Ingredients

  • 3 or 4 Oz. fresh tuna
  • 6 to 7 Oz. fresh salmon
  • 6 to 7 Oz fresh sword fish
  • 3 to 4 Oz good quality pitted black olives - minced
  • 5 small oranges
  • 5 small fennel bulbs
  • Olive oil
  • Fresh lemon juice - filtered (no pits), 1 lemon
  • 1 piece of garlic
  • Oregano
  • Chives
  • The green part of a scallion
  • Salt & pepper
  • Have the fish monger debone for you if s/he's got the time. The weight of the fish is when deboned. You may even want to make extra patties so buy more fish.

Preparation

Crush garlic with flat part of the knife, finely mince the garlic and put into a small bowl. Add 6 tablespoons of olive oil, the lemon juice, S&P, and beat well with a fork. Add -  some of the chive (snipped with a scissor) and two teaspoons of oregano. Set aside in cool place. Peel one orange down to the pulp (make sure there is no white (pith?)). With a sharp knife cut out the wedges doing your best to make sure there is no membrane on your wedges, seed and cube and set aside in medium bowl. Any liquid sitting on the bottom of the bowl add to the oil & lemon juice mix above. Peel the other oranges, remove all the white and slice into wheels and place them equally on 6 serving plates. Trim the fennel, save some of the fuzzy part if you have some, and cube. Trim skin and remove bones from the fish and cut into small cubes. Mix with orange cubes and minced olives.. salt & pepper. Make 6 tartar patties and lay in the middle of your plates. Sprinkle the fennel around each patty, add a table spoon of the olive oil & lemon mixture over each patty, decorate the top of the patties with some fennel fronds and two or 3 of the scallion "strings". Give a good grind of black pepper to each plate. The Patties - and all can be made in the morning. Even the sauce for the pasta can be made ahead of time. You'll just have to heat it up before toping the pasta with it. Pasta - you may say that 80 grams (3 ozs) is too little... I say it is the perfect portion. You want everyone to be hungry to eat your 2nd course.

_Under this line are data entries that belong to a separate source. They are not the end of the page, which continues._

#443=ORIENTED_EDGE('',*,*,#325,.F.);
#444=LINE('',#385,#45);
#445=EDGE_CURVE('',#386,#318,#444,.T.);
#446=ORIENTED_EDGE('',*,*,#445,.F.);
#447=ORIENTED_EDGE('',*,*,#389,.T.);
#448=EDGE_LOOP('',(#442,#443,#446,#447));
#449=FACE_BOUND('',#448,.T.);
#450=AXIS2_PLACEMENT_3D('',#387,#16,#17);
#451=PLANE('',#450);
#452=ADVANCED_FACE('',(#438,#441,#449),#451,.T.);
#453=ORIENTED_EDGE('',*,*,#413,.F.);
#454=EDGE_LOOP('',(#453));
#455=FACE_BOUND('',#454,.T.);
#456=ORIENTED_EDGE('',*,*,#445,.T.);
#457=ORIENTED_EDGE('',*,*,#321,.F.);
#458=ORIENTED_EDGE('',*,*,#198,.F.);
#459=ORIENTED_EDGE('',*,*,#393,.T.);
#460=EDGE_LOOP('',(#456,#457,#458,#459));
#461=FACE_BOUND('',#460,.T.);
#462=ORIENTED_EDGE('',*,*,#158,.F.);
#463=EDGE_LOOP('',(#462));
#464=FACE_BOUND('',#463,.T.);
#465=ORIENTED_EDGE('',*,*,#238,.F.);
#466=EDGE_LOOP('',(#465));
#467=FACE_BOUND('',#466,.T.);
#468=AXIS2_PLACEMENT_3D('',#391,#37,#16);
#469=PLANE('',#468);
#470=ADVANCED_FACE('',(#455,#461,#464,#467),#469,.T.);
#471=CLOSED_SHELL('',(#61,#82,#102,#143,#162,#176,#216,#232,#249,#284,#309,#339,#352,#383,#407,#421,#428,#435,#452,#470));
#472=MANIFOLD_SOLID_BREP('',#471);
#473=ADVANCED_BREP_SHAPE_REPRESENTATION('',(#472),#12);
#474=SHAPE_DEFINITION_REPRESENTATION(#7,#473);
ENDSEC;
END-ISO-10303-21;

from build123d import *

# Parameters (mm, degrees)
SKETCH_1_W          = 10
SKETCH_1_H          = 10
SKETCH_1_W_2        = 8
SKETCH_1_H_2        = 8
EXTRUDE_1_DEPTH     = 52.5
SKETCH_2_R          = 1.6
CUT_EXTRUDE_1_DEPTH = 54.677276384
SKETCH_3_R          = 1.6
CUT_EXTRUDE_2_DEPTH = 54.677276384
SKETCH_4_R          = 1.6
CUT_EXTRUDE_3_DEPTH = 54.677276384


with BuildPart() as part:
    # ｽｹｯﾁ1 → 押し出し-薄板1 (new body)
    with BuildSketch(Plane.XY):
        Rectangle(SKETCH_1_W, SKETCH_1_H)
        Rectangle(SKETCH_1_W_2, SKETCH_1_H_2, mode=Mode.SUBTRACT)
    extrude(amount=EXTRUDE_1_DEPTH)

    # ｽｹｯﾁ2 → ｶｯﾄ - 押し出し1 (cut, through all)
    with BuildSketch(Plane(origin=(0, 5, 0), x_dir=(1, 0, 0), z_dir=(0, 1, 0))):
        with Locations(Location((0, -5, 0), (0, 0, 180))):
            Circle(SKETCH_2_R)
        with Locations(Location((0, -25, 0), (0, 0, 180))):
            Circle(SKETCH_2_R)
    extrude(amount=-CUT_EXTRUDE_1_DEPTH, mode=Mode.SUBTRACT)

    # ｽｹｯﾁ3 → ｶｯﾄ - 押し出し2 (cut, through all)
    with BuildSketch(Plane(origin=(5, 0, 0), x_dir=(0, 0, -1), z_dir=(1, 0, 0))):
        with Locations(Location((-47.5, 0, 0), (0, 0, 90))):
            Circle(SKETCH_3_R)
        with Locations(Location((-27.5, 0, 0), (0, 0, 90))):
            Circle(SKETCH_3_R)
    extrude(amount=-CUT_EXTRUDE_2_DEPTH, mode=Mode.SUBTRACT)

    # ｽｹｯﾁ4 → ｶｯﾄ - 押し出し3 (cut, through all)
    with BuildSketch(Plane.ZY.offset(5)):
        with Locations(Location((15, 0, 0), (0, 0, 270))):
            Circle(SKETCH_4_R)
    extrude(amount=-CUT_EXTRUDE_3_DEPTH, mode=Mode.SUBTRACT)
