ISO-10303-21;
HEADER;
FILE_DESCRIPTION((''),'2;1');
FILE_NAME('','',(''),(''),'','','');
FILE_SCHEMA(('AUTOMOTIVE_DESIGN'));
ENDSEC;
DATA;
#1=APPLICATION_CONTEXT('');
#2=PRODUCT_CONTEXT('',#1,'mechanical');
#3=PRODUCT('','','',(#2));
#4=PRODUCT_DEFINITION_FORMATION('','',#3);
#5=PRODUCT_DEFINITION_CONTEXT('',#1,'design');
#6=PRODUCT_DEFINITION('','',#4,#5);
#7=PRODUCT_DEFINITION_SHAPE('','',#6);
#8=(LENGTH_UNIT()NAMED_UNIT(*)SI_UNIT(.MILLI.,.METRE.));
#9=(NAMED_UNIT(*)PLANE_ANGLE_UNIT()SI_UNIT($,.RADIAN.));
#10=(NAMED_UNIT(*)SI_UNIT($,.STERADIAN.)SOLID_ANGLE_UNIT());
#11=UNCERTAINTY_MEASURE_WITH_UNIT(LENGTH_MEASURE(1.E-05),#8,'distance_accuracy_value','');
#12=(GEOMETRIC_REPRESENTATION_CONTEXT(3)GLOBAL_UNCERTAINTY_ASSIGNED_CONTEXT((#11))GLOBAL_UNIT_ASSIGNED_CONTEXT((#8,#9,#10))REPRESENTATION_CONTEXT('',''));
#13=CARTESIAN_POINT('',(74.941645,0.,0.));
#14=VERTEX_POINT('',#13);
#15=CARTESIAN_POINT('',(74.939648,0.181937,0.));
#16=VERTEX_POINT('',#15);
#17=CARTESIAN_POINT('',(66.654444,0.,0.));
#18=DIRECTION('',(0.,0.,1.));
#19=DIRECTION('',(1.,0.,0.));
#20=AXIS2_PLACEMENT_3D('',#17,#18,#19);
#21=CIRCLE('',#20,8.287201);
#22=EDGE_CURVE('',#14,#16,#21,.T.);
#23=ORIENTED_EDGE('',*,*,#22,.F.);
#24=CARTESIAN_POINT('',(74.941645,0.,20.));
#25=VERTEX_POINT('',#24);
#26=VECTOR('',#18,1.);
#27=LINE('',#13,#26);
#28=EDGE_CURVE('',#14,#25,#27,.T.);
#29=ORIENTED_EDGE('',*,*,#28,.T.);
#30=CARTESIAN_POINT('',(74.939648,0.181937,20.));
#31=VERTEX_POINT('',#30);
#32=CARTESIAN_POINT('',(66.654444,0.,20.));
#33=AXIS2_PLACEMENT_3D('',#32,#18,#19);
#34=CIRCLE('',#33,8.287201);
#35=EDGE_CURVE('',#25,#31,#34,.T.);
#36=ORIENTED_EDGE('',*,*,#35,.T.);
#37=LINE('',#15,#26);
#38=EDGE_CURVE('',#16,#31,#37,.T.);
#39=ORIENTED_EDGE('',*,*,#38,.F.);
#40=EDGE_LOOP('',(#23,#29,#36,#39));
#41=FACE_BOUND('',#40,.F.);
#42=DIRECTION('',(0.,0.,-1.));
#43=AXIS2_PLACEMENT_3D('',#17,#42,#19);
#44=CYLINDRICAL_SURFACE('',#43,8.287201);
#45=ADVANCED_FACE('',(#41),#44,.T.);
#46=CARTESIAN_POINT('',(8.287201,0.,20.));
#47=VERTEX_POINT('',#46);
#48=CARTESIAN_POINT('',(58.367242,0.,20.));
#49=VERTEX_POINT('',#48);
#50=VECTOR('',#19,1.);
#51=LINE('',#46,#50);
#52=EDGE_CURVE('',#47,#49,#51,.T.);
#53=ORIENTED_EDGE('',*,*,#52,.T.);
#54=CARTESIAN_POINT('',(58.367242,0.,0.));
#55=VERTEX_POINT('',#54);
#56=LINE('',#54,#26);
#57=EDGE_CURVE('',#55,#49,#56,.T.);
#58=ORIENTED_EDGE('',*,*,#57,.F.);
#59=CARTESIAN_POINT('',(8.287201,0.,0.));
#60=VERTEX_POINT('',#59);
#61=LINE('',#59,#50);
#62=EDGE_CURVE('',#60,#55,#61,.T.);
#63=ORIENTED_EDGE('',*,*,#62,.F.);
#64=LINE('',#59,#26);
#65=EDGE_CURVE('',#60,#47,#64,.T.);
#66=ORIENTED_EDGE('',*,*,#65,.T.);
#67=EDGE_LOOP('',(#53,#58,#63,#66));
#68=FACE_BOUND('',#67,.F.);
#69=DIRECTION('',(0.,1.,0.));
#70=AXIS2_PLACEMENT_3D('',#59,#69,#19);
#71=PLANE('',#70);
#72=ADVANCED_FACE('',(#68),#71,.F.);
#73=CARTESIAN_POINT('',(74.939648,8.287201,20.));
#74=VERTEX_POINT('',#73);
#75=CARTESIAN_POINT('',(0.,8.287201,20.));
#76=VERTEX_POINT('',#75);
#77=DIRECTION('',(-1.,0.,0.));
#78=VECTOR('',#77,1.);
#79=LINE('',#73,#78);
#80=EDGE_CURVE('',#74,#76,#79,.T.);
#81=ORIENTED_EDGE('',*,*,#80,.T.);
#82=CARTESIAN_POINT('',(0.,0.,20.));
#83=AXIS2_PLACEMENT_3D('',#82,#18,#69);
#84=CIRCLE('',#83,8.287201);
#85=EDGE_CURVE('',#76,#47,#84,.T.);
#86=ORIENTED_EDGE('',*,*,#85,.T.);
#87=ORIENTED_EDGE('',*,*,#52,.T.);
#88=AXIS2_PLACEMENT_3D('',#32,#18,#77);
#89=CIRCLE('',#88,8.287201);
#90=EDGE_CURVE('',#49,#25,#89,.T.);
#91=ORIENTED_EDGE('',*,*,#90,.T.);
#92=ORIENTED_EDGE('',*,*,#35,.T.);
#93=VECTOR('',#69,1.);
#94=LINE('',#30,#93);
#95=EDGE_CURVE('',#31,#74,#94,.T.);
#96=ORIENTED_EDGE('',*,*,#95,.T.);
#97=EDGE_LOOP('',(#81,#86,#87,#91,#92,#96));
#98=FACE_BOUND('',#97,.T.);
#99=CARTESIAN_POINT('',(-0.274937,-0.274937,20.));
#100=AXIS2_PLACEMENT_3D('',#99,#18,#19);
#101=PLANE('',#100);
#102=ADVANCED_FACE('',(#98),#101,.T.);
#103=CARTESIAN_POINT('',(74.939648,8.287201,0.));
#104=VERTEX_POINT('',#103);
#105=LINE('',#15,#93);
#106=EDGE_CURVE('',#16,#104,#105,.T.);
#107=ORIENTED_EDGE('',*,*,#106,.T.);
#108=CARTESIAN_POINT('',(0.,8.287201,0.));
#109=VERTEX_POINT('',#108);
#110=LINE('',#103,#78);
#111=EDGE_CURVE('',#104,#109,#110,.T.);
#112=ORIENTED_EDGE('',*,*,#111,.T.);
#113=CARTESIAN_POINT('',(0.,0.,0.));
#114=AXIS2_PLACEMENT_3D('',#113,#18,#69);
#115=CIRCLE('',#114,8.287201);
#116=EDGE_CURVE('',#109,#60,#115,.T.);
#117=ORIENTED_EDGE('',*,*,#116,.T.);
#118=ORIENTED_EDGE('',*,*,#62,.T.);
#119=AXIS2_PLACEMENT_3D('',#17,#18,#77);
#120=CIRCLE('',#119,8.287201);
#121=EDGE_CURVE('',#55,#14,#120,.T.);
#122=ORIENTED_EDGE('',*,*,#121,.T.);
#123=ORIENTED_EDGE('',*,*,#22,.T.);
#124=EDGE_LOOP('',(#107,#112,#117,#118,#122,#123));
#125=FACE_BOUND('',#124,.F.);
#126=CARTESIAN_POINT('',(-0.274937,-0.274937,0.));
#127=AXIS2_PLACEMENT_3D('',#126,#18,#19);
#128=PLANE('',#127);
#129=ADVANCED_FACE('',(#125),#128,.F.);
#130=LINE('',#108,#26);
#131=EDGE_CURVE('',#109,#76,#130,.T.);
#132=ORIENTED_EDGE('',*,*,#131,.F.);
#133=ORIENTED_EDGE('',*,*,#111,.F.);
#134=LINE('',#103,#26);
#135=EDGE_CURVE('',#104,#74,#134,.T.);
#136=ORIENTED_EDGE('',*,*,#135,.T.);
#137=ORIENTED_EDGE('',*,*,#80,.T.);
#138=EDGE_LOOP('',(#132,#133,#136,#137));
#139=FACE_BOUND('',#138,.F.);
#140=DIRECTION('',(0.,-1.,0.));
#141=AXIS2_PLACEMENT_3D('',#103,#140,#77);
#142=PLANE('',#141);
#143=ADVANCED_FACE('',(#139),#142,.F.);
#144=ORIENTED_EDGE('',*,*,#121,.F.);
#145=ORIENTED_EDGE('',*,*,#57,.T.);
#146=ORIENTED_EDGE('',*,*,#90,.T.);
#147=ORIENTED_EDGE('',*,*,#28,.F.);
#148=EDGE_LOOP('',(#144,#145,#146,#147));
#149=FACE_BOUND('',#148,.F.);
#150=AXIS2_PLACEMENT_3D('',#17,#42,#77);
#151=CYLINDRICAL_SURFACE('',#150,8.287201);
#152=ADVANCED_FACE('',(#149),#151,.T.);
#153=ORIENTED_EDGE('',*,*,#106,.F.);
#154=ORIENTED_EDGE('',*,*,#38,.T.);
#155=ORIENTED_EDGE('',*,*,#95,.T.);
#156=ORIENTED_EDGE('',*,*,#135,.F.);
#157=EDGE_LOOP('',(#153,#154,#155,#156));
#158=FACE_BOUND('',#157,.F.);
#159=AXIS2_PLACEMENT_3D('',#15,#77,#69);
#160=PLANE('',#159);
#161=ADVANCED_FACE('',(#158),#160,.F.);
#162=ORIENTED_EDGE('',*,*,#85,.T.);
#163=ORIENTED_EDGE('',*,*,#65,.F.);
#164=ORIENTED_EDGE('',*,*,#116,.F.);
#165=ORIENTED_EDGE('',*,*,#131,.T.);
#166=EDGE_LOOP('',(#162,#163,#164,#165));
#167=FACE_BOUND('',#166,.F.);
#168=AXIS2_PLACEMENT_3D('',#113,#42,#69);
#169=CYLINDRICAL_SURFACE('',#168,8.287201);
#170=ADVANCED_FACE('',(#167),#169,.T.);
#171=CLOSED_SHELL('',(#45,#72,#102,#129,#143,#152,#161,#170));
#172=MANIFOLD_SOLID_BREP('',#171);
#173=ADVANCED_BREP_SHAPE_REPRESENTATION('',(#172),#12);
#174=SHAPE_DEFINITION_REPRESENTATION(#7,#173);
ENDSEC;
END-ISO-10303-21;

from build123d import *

# Parameters (mm, degrees)
F1_DEPTH = 20
F2_DEPTH = 20


with BuildPart() as f1:
    # F0 (on Top) → F1 (new body)
    with BuildSketch(Plane.XY):
        with BuildLine():
            ThreePointArc((0, 8.2872013066), (-5.8599362409, -5.8599362409), (8.2872013066, 0))
            Line((8.2872013066, 0), (0, 0))
            Line((0, 0), (0, 8.2872013066))
        make_face()
        with BuildLine():
            Line((0, 0), (8.2872013066, 0))
            ThreePointArc((8.2872013066, 0), (5.8599362409, 5.8599362409), (0, 8.2872013066))
            Line((0, 8.2872013066), (0, 0))
        make_face()
    extrude(amount=F1_DEPTH)

    # F0 (on Top) → F2 (join)
    with BuildSketch(Plane.XY):
        with BuildLine():
            Line((0, 0), (8.2872013066, 0))
            ThreePointArc((8.2872013066, 0), (5.8599362409, 5.8599362409), (0, 8.2872013066))
            Line((0, 8.2872013066), (0, 0))
        make_face()
        with BuildLine():
            ThreePointArc((0, 8.2872013066), (-5.8599362409, -5.8599362409), (8.2872013066, 0))
            Line((8.2872013066, 0), (0, 0))
            Line((0, 0), (0, 8.2872013066))
        make_face()
        with BuildLine():
            ThreePointArc((0, 8.2872013066), (5.8599362409, 5.8599362409), (8.2872013066, 0))
            Line((8.2872013066, 0), (58.3672424343, 0))
            ThreePointArc((58.3672424343, 0), (60.7945074999, 5.8599362409), (66.6544437408, 8.2872013066))
            Line((66.6544437408, 8.2872013066), (0, 8.2872013066))
        make_face()
        with BuildLine():
            ThreePointArc((66.6544437408, 8.2872013066), (60.7945074999, 5.8599362409), (58.3672424343, 0))
            Line((58.3672424343, 0), (74.9396476895, 0))
            Line((74.9396476895, 0), (74.9396476895, 0.1819368715))
            ThreePointArc((74.9396476895, 0.1819368715), (72.4496986108, 5.9239114179), (66.6544437408, 8.2872013066))
        make_face()
        with BuildLine():
            Line((74.9396476895, 0), (58.3672424343, 0))
            ThreePointArc((58.3672424343, 0), (66.6544437408, -8.2872013066), (74.9416450474, 0))
            ThreePointArc((74.9416450474, 0), (74.9411456929, 0.0909739175), (74.9396476895, 0.1819368715))
            Line((74.9396476895, 0.1819368715), (74.9396476895, 0))
        make_face()
        with BuildLine():
            Line((74.9396476895, 8.2872013066), (66.6544437408, 8.2872013066))
            ThreePointArc((66.6544437408, 8.2872013066), (72.4496986108, 5.9239114179), (74.9396476895, 0.1819368715))
            Line((74.9396476895, 0.1819368715), (74.9396476895, 8.2872013066))
        make_face()
    extrude(amount=F2_DEPTH)


solid = f1.part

And then if they still are hungry they can fill up on fruit or salad. Salad - Italians eat their salad at the end of their meals... and in the States we eat it first. Personally, I feel it's best and healthier to eat it first. The choice is personal though. Don't buy any fancy bottled salad dressings. Virgin olive oil and some good Cape red wine vinegar will do just fine. If you want it to be special then add some paper thin slices of red onion, a pinch of crushed oregano or even sage and the washed leaves of the tops of radishes. If you can find watercress then use some of t hat. Bread - Italians do not serve bread with their pasta. You may want to put bread sticks on the table... I'm sure you can find fancy ones at the local bakery.